> _PROBLEM_
After finding the line with "f 358 215 359" in the data below, set down exactly each line through the one with "f 379 335 380", inclusive, and stop there.

:: THE RECORDS

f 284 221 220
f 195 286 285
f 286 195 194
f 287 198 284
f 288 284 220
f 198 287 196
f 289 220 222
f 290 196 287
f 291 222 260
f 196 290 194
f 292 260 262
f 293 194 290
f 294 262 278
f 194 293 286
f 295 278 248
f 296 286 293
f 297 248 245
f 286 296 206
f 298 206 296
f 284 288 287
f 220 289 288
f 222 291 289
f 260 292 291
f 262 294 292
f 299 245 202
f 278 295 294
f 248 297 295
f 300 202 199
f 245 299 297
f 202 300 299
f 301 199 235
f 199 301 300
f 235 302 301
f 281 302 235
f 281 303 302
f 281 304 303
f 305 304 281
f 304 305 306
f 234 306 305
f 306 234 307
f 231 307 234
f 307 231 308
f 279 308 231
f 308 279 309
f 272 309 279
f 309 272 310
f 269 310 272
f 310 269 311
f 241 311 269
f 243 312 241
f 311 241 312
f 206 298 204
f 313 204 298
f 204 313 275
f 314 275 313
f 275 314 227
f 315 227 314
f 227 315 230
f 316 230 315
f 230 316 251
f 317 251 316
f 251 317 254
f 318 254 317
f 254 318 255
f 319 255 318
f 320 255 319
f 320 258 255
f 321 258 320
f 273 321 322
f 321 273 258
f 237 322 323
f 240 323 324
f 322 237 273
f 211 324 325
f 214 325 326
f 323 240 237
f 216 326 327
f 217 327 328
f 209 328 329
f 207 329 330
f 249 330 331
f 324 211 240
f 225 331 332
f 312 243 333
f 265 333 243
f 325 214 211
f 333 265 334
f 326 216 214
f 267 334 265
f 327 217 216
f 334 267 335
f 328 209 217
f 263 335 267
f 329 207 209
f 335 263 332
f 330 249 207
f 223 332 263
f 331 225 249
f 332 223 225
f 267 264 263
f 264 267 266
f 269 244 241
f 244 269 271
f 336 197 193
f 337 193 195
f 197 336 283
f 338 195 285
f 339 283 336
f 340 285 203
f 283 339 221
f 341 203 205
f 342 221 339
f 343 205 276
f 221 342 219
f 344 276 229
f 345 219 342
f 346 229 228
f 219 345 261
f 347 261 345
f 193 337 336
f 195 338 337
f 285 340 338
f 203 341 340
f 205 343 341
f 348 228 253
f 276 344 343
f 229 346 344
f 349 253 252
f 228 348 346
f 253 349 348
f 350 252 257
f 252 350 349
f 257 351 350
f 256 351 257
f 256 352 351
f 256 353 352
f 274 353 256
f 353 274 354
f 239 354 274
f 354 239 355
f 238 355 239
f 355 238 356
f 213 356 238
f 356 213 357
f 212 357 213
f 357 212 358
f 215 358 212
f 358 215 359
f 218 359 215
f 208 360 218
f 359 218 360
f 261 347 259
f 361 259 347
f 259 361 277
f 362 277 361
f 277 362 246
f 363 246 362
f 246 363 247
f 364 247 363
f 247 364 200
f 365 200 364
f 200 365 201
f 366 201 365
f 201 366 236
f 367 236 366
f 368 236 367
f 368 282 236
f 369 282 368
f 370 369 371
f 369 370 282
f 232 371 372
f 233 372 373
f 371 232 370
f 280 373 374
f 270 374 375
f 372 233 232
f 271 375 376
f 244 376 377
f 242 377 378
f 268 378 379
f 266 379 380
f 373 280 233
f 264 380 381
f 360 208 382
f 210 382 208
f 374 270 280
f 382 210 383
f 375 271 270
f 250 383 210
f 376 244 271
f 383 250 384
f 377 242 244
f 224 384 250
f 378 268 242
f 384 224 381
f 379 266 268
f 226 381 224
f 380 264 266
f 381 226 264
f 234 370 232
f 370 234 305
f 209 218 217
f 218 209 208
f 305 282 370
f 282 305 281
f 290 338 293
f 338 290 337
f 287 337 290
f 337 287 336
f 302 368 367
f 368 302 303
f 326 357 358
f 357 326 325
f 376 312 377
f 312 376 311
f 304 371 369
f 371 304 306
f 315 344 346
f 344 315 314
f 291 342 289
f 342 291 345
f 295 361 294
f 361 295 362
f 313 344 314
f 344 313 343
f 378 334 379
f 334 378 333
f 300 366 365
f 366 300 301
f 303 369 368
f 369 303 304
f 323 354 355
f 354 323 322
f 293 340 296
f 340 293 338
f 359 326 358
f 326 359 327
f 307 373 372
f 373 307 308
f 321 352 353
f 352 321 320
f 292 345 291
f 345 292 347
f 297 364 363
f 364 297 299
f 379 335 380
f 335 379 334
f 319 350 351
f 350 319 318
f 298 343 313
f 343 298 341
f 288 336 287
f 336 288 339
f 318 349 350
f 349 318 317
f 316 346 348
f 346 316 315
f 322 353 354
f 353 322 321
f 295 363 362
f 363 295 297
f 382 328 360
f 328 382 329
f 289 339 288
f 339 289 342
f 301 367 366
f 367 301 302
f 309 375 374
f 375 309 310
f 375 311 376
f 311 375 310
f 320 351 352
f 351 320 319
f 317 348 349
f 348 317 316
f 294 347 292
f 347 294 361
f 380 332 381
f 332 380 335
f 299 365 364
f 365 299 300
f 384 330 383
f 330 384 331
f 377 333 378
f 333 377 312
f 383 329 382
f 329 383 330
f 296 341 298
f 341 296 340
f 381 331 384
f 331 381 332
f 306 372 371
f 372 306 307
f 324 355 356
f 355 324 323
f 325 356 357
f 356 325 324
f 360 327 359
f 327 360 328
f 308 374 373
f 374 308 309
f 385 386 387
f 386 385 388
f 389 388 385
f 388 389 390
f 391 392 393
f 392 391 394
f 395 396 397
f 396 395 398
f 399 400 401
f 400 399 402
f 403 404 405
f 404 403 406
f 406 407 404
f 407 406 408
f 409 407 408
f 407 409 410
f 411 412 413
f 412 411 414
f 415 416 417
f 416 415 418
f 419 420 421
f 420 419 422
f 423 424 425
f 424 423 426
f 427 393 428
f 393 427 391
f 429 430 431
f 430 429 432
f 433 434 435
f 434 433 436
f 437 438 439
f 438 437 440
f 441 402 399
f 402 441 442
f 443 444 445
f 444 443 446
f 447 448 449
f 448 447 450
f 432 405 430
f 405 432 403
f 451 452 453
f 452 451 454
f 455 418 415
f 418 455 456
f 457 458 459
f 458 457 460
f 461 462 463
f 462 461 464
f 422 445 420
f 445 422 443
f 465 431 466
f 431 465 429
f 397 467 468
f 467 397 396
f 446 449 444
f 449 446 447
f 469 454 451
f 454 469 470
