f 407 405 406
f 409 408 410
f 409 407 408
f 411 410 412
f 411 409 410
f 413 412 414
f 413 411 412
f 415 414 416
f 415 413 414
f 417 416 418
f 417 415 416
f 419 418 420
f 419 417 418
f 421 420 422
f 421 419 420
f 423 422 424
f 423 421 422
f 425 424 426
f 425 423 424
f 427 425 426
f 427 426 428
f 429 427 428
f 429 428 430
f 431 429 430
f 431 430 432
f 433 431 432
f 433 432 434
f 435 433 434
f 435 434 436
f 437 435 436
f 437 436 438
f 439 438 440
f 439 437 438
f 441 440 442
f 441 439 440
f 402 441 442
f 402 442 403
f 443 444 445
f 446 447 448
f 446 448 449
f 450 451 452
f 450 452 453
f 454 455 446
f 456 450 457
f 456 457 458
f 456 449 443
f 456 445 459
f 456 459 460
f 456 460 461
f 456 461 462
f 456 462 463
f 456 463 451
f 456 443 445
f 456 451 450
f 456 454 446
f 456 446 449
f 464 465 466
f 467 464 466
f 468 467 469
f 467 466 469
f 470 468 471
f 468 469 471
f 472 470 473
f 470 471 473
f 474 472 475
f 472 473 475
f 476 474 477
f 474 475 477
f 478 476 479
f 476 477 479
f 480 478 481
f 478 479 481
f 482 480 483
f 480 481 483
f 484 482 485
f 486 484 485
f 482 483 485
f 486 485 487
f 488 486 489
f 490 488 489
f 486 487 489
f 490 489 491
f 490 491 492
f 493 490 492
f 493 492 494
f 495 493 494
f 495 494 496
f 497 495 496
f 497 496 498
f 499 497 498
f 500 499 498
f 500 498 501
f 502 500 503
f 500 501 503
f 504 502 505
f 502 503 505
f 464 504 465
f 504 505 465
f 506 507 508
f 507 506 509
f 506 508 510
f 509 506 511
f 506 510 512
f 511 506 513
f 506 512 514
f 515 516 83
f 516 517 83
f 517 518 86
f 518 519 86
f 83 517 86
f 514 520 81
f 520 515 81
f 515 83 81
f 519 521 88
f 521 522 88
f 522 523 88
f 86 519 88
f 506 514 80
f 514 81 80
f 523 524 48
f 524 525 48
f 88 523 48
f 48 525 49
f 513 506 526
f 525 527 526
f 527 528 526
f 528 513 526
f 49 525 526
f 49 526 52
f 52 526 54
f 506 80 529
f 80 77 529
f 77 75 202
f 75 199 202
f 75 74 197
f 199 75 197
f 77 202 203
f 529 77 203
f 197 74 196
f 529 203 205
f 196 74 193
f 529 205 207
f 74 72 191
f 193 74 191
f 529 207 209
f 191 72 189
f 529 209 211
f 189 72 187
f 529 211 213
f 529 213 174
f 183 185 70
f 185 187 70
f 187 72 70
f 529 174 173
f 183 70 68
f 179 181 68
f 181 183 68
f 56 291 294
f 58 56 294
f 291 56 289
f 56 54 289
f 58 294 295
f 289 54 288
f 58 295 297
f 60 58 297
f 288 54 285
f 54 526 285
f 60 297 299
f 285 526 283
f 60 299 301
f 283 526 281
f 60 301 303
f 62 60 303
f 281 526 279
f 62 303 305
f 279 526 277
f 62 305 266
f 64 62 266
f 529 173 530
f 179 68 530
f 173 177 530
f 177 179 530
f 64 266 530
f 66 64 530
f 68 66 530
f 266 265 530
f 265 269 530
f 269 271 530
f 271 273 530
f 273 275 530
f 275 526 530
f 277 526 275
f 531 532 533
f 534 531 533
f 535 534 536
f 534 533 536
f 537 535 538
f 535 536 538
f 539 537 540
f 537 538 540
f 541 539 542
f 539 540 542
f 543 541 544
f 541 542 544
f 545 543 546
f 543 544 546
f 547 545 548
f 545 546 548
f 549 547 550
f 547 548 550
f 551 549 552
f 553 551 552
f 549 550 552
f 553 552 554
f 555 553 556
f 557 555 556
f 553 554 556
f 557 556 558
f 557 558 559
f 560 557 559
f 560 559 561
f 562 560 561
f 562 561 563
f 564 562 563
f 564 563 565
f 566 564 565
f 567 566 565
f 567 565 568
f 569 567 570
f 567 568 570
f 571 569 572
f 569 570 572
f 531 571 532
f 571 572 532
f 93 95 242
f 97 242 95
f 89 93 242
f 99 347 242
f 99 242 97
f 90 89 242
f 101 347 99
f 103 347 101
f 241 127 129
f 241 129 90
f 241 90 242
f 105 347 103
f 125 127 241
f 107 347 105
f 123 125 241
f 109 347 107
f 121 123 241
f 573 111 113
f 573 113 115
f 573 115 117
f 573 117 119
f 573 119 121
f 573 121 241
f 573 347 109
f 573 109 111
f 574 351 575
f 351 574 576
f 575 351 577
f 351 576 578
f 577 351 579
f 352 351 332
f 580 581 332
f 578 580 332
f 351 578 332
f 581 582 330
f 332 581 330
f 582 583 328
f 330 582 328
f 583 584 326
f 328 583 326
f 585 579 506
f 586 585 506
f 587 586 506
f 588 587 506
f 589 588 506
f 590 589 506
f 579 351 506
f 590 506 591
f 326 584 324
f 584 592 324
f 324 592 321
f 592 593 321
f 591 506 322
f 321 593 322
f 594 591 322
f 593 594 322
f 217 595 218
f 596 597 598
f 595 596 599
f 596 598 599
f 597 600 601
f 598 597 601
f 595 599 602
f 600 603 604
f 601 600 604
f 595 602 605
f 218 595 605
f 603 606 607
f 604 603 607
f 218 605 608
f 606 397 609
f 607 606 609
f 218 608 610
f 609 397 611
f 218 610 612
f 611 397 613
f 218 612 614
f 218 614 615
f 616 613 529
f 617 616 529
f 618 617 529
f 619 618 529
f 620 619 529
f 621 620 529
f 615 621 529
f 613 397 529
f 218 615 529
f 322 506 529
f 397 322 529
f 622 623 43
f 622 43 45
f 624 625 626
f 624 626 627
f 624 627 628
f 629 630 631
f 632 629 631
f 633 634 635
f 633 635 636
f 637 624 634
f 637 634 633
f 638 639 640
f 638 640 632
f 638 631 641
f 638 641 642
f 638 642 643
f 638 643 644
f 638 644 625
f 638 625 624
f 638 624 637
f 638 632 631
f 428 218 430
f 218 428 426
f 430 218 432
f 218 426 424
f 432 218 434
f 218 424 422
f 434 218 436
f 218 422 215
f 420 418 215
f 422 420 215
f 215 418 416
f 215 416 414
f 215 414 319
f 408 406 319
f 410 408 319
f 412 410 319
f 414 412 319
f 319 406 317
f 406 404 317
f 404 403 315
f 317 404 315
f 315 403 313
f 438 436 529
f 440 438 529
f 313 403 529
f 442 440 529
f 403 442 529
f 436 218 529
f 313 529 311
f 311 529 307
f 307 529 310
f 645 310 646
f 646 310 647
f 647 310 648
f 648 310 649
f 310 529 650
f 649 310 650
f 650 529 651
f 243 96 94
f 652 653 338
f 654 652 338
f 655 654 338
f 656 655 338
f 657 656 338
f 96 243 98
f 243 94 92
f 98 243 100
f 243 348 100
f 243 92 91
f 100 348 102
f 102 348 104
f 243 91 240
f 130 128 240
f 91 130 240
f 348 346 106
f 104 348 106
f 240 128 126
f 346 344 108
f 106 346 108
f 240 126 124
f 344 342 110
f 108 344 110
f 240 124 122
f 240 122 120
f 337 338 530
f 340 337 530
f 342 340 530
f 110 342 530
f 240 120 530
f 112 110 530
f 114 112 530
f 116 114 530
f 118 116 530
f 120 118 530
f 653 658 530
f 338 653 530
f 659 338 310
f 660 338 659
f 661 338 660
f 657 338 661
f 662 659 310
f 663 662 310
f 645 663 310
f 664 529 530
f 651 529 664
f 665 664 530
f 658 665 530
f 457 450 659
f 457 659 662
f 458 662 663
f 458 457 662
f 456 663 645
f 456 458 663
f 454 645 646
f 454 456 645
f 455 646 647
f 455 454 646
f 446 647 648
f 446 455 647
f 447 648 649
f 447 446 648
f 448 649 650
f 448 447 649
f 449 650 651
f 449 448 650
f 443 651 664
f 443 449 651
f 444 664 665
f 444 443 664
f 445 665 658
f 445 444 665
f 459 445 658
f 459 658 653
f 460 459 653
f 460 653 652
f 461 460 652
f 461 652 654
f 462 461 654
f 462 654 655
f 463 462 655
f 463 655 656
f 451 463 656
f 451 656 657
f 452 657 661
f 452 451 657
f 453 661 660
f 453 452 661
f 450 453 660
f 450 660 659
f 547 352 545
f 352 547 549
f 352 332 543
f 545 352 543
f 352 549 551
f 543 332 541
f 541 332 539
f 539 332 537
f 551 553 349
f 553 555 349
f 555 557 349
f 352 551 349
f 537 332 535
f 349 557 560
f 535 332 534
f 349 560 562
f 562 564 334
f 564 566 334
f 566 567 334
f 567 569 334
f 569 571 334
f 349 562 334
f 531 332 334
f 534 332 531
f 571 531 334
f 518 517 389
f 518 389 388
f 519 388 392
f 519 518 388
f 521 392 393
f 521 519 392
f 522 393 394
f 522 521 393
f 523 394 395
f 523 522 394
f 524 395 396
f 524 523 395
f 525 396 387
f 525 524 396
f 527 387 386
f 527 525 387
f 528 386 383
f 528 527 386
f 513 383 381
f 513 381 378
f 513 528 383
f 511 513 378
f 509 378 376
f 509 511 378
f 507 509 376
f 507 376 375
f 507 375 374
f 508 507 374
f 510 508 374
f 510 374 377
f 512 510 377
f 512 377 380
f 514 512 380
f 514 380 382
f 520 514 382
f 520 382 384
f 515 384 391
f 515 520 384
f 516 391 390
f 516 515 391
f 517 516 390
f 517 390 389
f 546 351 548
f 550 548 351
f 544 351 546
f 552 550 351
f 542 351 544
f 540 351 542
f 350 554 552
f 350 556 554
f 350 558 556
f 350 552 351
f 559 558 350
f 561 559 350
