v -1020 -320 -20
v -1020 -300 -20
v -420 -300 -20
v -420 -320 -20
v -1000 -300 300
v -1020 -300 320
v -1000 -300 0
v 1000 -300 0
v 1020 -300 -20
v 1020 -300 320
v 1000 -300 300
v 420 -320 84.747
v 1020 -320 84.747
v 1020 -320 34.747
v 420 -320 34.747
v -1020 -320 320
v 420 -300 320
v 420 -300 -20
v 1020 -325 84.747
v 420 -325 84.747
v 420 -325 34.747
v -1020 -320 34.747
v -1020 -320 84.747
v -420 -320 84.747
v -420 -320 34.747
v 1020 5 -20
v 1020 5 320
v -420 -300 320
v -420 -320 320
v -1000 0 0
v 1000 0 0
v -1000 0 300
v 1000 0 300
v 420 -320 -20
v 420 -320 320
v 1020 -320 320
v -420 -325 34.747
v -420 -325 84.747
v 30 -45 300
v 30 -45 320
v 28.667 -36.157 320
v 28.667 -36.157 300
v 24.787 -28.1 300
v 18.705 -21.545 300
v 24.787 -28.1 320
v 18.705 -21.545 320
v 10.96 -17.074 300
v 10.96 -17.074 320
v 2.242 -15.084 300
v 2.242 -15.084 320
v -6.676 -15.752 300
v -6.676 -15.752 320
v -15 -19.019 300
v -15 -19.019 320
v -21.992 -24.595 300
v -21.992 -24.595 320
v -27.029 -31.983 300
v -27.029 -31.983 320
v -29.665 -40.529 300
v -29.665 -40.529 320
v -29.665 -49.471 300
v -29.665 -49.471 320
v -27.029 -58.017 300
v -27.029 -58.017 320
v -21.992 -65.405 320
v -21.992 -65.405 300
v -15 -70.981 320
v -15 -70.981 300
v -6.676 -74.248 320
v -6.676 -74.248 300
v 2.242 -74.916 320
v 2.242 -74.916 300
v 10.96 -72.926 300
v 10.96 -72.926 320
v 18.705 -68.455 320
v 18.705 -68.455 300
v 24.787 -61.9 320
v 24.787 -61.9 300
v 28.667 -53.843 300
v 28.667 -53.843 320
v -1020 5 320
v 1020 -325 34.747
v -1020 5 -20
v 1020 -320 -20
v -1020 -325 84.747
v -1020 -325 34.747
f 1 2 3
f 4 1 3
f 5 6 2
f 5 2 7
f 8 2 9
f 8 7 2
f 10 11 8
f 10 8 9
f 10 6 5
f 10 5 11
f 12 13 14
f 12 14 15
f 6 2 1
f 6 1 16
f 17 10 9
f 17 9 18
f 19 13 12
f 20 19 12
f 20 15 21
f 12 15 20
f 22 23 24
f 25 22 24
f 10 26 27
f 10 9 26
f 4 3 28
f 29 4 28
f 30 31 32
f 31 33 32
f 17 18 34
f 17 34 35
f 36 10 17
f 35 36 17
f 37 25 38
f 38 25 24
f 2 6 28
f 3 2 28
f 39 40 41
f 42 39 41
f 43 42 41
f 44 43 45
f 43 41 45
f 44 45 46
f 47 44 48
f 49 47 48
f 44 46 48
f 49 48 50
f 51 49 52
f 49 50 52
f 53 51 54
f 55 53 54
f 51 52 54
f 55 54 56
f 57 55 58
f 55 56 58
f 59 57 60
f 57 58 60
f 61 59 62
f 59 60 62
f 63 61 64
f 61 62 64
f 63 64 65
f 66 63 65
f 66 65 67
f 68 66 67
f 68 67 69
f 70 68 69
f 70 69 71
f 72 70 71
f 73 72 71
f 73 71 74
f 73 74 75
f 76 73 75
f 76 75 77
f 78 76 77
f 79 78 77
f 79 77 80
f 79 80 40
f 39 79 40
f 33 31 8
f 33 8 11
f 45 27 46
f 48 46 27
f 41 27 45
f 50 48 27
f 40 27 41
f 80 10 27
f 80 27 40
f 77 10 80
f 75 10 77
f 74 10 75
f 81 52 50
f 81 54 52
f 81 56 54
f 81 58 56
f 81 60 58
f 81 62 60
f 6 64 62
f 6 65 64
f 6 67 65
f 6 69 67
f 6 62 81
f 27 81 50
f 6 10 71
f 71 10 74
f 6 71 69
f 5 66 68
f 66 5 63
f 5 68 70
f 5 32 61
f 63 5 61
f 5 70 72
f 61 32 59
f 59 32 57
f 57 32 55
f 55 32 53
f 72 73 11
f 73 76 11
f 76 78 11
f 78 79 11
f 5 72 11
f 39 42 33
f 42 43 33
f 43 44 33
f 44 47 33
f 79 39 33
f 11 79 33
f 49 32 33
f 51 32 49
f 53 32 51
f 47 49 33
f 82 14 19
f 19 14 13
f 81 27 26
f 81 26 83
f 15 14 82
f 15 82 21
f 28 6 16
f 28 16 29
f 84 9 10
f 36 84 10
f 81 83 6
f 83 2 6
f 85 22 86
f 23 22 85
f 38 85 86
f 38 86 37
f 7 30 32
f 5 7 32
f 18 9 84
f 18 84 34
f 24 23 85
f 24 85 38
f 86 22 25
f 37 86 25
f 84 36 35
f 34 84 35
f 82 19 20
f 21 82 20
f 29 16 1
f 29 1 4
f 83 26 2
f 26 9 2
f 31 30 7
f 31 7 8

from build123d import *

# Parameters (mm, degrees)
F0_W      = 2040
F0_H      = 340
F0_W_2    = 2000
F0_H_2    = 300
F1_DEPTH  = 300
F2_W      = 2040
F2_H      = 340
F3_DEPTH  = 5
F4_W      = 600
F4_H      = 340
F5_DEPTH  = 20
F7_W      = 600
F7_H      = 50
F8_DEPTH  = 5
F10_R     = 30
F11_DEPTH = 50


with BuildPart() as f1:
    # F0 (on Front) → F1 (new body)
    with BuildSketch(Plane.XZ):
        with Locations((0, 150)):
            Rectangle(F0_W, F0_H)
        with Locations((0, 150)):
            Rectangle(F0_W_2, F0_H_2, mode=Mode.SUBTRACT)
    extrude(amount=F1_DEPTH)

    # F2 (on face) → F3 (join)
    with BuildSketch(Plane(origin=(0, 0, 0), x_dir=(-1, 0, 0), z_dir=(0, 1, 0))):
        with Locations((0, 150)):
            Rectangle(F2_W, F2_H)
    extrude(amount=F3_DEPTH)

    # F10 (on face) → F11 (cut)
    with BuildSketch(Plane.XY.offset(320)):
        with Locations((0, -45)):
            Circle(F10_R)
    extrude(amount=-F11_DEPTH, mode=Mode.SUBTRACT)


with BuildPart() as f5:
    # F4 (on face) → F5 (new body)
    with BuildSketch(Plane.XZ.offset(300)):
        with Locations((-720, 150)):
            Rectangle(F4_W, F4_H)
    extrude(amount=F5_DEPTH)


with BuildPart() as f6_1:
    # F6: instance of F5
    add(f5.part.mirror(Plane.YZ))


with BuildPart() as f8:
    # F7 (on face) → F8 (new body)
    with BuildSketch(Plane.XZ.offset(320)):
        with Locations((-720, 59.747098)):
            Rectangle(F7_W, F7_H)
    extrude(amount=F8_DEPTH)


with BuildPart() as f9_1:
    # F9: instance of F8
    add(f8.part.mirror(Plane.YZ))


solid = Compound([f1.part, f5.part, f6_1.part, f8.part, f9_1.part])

::::

> _REPLY_
f 358 215 359
f 218 359 215
f 208 360 218
f 359 218 360
f 261 347 259
f 361 259 347
f 259 361 277
f 362 277 361
f 277 362 246
f 363 246 362
f 246 363 247
f 364 247 363
f 247 364 200
f 365 200 364
f 200 365 201
f 366 201 365
f 201 366 236
f 367 236 366
f 368 236 367
f 368 282 236
f 369 282 368
f 370 369 371
f 369 370 282
f 232 371 372
f 233 372 373
f 371 232 370
f 280 373 374
f 270 374 375
f 372 233 232
f 271 375 376
f 244 376 377
f 242 377 378
f 268 378 379
f 266 379 380
f 373 280 233
f 264 380 381
f 360 208 382
f 210 382 208
f 374 270 280
f 382 210 383
f 375 271 270
f 250 383 210
f 376 244 271
f 383 250 384
f 377 242 244
f 224 384 250
f 378 268 242
f 384 224 381
f 379 266 268
f 226 381 224
f 380 264 266
f 381 226 264
f 234 370 232
f 370 234 305
f 209 218 217
f 218 209 208
f 305 282 370
f 282 305 281
f 290 338 293
f 338 290 337
f 287 337 290
f 337 287 336
f 302 368 367
f 368 302 303
f 326 357 358
f 357 326 325
f 376 312 377
f 312 376 311
f 304 371 369
f 371 304 306
f 315 344 346
f 344 315 314
f 291 342 289
f 342 291 345
f 295 361 294
f 361 295 362
f 313 344 314
f 344 313 343
f 378 334 379
f 334 378 333
f 300 366 365
f 366 300 301
f 303 369 368
f 369 303 304
f 323 354 355
f 354 323 322
f 293 340 296
f 340 293 338
f 359 326 358
f 326 359 327
f 307 373 372
f 373 307 308
f 321 352 353
f 352 321 320
f 292 345 291
f 345 292 347
f 297 364 363
f 364 297 299
f 379 335 380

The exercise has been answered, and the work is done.